Extracted records START
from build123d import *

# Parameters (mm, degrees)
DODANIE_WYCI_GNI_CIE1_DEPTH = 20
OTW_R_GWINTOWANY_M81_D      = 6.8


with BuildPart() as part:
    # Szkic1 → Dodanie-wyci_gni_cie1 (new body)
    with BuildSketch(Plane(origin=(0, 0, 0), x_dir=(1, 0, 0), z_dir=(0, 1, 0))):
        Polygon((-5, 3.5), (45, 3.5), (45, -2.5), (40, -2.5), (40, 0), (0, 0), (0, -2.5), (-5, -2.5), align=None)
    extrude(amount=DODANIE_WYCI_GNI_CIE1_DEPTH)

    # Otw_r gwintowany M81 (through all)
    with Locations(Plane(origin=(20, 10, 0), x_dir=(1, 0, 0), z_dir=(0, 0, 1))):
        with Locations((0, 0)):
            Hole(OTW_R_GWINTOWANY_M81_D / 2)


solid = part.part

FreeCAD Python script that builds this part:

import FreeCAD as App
import Part
import Sketcher

V = App.Vector
Q = App.Units.Quantity

doc = App.newDocument("Part")
body = doc.addObject("PartDesign::Body", "Body")

# Sketch on XZ plane
sketch1 = doc.addObject("Sketcher::SketchObject", "Sketch")
body.addObject(sketch1)
sketch1.AttachmentSupport = (doc.XZ_Plane, [""])
sketch1.MapMode = "FlatFace"
sketch1.addGeometry(Part.LineSegment(V(45, -3.5, 0), V(-5, -3.5, 0)), False)
sketch1.addGeometry(Part.LineSegment(V(-5, -3.5, 0), V(-5, 2.5, 0)), False)
sketch1.addGeometry(Part.LineSegment(V(-5, 2.5, 0), V(0, 2.5, 0)), False)
sketch1.addGeometry(Part.LineSegment(V(0, 2.5, 0), V(0, 0, 0)), False)
sketch1.addGeometry(Part.LineSegment(V(0, 0, 0), V(40, 0, 0)), False)
sketch1.addGeometry(Part.LineSegment(V(40, 0, 0), V(40, 2.5, 0)), False)
sketch1.addGeometry(Part.LineSegment(V(40, 2.5, 0), V(45, 2.5, 0)), False)
sketch1.addGeometry(Part.LineSegment(V(45, 2.5, 0), V(45, -3.5, 0)), False)
sketch1.addConstraint(Sketcher.Constraint("Coincident", 0, 2, 1, 1))
sketch1.addConstraint(Sketcher.Constraint("Coincident", 1, 2, 2, 1))
sketch1.addConstraint(Sketcher.Constraint("Coincident", 2, 2, 3, 1))
sketch1.addConstraint(Sketcher.Constraint("Coincident", 3, 2, 4, 1))
sketch1.addConstraint(Sketcher.Constraint("Coincident", 4, 2, 5, 1))
sketch1.addConstraint(Sketcher.Constraint("Coincident", 5, 2, 6, 1))
sketch1.addConstraint(Sketcher.Constraint("Coincident", 6, 2, 7, 1))
sketch1.addConstraint(Sketcher.Constraint("Coincident", 7, 2, 0, 1))
sketch1.addConstraint(Sketcher.Constraint("Horizontal", 0))
sketch1.addConstraint(Sketcher.Constraint("Vertical", 1))
sketch1.addConstraint(Sketcher.Constraint("Horizontal", 2))
sketch1.addConstraint(Sketcher.Constraint("Vertical", 3))
sketch1.addConstraint(Sketcher.Constraint("Horizontal", 4))
sketch1.addConstraint(Sketcher.Constraint("Vertical", 5))
sketch1.addConstraint(Sketcher.Constraint("Horizontal", 6))
sketch1.addConstraint(Sketcher.Constraint("Vertical", 7))
sketch1.addConstraint(Sketcher.Constraint("Coincident", 3, 2, -1, 1))
sketch1.addConstraint(Sketcher.Constraint("Horizontal", 2, 2, 5, 2))
sketch1.addConstraint(Sketcher.Constraint("Equal", 2, 6))
sketch1.addConstraint(Sketcher.Constraint("DistanceX", 0, 2, 0, 1, Q("50 mm")))
sketch1.addConstraint(Sketcher.Constraint("DistanceX", 2, 1, 2, 2, Q("5 mm")))
sketch1.addConstraint(Sketcher.Constraint("DistanceY", 1, 1, 1, 2, Q("6 mm")))
sketch1.addConstraint(Sketcher.Constraint("DistanceY", 3, 2, 3, 1, Q("2.5 mm")))
pad1 = doc.addObject("PartDesign::Pad", "Pad")
body.addObject(pad1)
pad1.Profile = sketch1
pad1.Length = 20
pad1.Reversed = True

# Sketch on XY plane
sketch2 = doc.addObject("Sketcher::SketchObject", "Sketch001")
body.addObject(sketch2)
sketch2.AttachmentSupport = (doc.XY_Plane, [""])
sketch2.MapMode = "FlatFace"
sketch2.addGeometry(Part.Circle(V(20, 10, 0), V(0, 0, 1), 3.4), False)
sketch2.addConstraint(Sketcher.Constraint("Diameter", 0, Q("6.8 mm")))
sketch2.addConstraint(Sketcher.Constraint("DistanceX", -1, 1, 0, 3, Q("20 mm")))
sketch2.addConstraint(Sketcher.Constraint("DistanceY", -1, 1, 0, 3, Q("10 mm")))
doc.recompute()
hole = doc.addObject("PartDesign::Hole", "Hole")
body.addObject(hole)
hole.Profile = sketch2
hole.ThreadType = "None"
hole.Diameter = 6.8
hole.DepthType = "ThroughAll"

doc.recompute()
Extracted records END
Your objective
Could you return exactly the stretch of the data above that starts at the line with "Hole(OTW_R_GWINTOWANY_M81_D / 2)" and ends at the line with "FreeCAD Python script", both lines included?

Solved problem
            Hole(OTW_R_GWINTOWANY_M81_D / 2)


solid = part.part

FreeCAD Python script that builds this part:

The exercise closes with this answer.